However, either means (1) or (2) is not practical because it involves energy consumption due to Joule heat (V ² / R) in the additional control path 112. Further, in the means of (1) and (2), the additional control unit 110 itself must have an ability to generate a current equivalent to the current supplied from the power supply path 20 in the first place.

  Therefore, here, a means for winding the additional control path 112 of (3) around the penetrating body of the generator current transformer 14 a plurality of times will be examined. In this way, by winding the additional control path 112 around the penetration body of the generator current transformer 14 a plurality of times, the generator current transformer 14 is controlled by the control current while suppressing energy consumption due to Joule heat. The change width of the received current and the scale of the change width of the current received by the generator current transformer 14 through the power supply path 20 can be matched.

  FIG. 8 is an explanatory diagram for explaining the additional control path 112. The additional control path 112 is wound, for example, five times so as to be inserted into the through hole 14b of the through body 14a of the current transformer 14 for generator. Thus, with respect to the current in the power supply path 20, assuming that the originally required control current is I and the number of turns is N, it is sufficient that the additional control unit 110 can control the current of I / N.

  The number of turns of the additional control path 112 is 5 for convenience of explanation, but it is 3 to 30 times, more preferably 5 to 10 times. Here, the number of windings is set to 3 times or more because if the number of windings is 1 or 2 after all, the current itself flowing through the additional control path 112 becomes large and the consumption of Joule heat cannot be suppressed. is there.

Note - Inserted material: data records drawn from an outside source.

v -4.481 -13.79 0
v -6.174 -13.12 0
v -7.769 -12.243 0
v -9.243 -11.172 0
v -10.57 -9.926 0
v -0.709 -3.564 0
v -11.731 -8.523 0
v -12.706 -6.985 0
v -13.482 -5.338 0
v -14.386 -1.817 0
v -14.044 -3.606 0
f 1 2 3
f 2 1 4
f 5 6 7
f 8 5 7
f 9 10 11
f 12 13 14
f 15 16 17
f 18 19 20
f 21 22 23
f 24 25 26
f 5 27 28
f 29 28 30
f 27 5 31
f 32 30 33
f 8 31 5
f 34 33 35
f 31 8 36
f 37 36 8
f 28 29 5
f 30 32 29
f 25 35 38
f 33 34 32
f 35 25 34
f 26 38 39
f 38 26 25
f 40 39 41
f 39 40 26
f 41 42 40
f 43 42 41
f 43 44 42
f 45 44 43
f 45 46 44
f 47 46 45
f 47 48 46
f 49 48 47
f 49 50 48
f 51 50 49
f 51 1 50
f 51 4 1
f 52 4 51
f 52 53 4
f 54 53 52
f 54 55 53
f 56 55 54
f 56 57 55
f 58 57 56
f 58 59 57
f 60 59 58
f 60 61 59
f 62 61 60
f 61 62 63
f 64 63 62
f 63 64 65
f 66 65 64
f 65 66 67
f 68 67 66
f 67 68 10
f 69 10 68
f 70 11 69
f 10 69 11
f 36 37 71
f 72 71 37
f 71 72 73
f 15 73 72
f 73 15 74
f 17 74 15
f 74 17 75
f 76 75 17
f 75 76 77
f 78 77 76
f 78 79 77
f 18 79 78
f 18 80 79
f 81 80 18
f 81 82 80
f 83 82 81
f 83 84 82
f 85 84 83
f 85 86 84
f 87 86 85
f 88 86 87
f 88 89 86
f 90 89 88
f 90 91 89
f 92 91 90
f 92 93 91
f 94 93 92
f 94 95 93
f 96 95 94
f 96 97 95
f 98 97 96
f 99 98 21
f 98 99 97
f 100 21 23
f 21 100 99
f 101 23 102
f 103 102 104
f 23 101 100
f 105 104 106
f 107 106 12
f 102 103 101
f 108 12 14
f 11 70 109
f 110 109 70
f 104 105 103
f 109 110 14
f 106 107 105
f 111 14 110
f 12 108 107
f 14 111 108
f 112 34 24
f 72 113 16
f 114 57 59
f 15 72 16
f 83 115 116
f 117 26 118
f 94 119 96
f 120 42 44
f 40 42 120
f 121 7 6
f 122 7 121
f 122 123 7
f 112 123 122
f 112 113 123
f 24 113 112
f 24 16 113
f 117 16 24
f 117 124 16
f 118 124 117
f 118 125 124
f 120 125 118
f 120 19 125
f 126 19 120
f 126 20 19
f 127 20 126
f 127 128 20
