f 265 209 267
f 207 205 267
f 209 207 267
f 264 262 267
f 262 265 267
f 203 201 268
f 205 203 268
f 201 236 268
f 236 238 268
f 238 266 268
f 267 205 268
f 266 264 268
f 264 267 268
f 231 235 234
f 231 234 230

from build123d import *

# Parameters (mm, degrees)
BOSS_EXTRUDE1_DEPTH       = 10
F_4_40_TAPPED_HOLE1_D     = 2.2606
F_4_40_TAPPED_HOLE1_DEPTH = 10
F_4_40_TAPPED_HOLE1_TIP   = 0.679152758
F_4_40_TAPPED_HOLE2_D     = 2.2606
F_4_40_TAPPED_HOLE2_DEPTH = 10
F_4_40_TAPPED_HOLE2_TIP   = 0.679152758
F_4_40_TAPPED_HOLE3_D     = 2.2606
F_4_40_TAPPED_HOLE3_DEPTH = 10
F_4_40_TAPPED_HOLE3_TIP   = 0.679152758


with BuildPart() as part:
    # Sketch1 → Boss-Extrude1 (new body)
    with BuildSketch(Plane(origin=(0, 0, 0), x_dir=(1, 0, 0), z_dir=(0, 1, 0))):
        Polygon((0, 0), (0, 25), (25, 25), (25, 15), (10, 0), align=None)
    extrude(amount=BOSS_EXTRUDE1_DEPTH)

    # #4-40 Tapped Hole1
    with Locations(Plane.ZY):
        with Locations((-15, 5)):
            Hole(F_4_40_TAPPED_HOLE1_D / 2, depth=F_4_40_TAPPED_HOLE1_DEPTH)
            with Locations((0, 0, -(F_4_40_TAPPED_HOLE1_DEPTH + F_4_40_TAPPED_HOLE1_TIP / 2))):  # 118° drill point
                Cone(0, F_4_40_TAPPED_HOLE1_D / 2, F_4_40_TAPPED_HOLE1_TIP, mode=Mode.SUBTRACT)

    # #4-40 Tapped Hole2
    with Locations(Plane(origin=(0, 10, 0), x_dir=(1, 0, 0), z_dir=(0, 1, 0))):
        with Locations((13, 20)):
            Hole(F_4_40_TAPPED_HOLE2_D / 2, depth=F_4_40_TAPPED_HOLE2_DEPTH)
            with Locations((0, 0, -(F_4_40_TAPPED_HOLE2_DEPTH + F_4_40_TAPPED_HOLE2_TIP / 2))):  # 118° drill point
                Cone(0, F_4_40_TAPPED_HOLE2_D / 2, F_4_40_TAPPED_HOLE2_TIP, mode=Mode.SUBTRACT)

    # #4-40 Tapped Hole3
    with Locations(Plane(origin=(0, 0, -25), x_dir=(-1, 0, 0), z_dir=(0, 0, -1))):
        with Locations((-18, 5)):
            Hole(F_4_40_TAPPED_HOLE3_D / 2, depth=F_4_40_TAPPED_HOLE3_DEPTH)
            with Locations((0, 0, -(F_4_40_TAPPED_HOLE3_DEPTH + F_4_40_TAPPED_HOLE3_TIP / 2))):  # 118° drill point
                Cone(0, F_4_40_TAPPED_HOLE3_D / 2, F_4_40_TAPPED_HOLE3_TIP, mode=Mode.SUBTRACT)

In addition, the number of windings is set to 30 or less because if the number of windings exceeds 30, the noise from the outside is amplified by the number of windings and then rides on the control current, so that the control current is easily affected by the noise. .

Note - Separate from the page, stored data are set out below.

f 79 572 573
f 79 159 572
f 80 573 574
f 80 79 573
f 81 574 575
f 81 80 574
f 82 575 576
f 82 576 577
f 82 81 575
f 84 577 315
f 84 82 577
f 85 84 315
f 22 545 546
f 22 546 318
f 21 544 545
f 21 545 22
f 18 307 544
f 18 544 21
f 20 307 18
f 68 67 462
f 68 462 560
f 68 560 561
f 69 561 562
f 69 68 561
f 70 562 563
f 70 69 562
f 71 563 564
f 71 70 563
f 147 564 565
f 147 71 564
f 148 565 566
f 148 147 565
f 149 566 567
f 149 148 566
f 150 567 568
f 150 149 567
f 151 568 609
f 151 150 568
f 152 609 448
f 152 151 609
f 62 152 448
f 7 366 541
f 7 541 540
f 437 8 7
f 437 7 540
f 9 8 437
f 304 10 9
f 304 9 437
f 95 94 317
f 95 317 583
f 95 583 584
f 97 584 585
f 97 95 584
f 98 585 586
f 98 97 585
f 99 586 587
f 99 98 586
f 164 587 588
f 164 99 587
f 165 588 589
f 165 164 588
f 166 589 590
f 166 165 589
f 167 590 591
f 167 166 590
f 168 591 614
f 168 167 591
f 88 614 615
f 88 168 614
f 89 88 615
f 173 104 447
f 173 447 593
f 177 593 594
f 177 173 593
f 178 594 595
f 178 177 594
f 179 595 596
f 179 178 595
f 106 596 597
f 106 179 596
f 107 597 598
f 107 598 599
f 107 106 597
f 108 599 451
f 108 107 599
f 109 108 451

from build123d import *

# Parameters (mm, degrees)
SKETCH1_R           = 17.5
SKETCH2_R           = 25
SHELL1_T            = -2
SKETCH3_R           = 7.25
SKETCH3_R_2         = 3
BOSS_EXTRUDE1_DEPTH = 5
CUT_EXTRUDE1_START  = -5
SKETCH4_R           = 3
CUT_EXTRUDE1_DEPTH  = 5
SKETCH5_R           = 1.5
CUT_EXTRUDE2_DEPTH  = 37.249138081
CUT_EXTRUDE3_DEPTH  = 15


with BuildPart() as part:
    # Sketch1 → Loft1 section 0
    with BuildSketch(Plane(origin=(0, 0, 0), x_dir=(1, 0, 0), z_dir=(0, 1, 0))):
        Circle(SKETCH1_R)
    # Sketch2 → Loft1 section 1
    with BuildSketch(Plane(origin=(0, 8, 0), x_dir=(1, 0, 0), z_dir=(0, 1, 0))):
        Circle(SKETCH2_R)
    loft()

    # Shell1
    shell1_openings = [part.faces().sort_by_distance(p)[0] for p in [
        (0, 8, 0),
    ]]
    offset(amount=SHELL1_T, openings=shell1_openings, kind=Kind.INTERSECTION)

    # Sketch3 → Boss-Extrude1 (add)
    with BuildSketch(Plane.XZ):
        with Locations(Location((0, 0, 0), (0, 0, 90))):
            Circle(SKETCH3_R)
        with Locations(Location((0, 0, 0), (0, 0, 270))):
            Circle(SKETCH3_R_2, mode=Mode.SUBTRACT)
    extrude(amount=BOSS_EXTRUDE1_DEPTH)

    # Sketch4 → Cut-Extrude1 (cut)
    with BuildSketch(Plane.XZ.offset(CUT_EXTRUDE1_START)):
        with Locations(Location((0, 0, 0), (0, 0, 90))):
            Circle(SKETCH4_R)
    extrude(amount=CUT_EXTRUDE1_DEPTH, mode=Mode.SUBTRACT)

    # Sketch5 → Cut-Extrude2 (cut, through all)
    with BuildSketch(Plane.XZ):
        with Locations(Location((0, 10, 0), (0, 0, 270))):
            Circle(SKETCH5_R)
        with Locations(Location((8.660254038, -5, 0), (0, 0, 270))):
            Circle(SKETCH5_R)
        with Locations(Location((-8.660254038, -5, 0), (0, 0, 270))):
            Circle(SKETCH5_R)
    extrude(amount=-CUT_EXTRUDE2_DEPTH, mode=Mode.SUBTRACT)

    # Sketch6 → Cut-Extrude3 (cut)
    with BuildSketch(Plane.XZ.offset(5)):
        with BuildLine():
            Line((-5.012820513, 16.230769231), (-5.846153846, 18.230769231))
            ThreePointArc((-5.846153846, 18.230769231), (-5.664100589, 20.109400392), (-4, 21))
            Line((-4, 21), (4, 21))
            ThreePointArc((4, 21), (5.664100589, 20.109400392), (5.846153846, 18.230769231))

As a reference, for example, the following three may be considered as causes of noise.
(A) Influence of electromotive force due to electromagnetic induction: If the number of turns is N, the current flowing through the power supply path 20 is I ₀ , and the radius of the penetrating body 14a is r, the additional control path 112 has an electromotive force ΔV = N / 2πr × dI ₀ / dt is induced.
(B) Influence of surge noise due to electromagnetic joining: When the wiring of the power supply path 20 and the wiring of the additional control path 112 are close to each other, the surge noise flowing through the power supply path 20 is transmitted to the additional control path 112 by the electromagnetic contact path. .
(C) Influence of radiated electromagnetic field immunity: Radio waves from amateur radios or mobile phones ride on the additional control path 112.

By the way, although the additional control part 110 has a function which controls a control current, the control precision by a control current may be inferior for the following reasons.
(I) As a voltage source to be applied to the additional control path 112, only a constant voltage source, for example, a commercial 100V can be used.
(Ii) The variable width of the control current of the additional control unit 110 is small in the first place.
(Iii) The resolution of the control current is low in the first place.

  Therefore, in the present embodiment, by making the number of turns or the resistance value of the additional control path 112 variable, it is possible to change the variable width of the control current or change the resolution regardless of whether it is a constant voltage source. .

  FIG. 9 is another explanatory diagram for explaining the additional control path 112. In FIG. 9A, the additional control path 112 is wound around the through body 14a five times so as to be inserted into the through hole 14b of the through body 14a of the generator current transformer 14. . In the variable portion 112a of the additional control path 112, a contact is provided for each turn of the winding, and the number of windings is varied depending on the connection mode of the contact. Further, as shown in FIG. 9B, by providing the additional control path 112 with a variable resistance 112b having a variable resistance value, the resistance value R of the additional control path 112 is changed, and the control current (V / R) is variable. It can also be made. The change of the variable part 112a and the variable resistor 112b may be automatically performed from the additional control unit 110, or may be manually performed according to the power usage mode.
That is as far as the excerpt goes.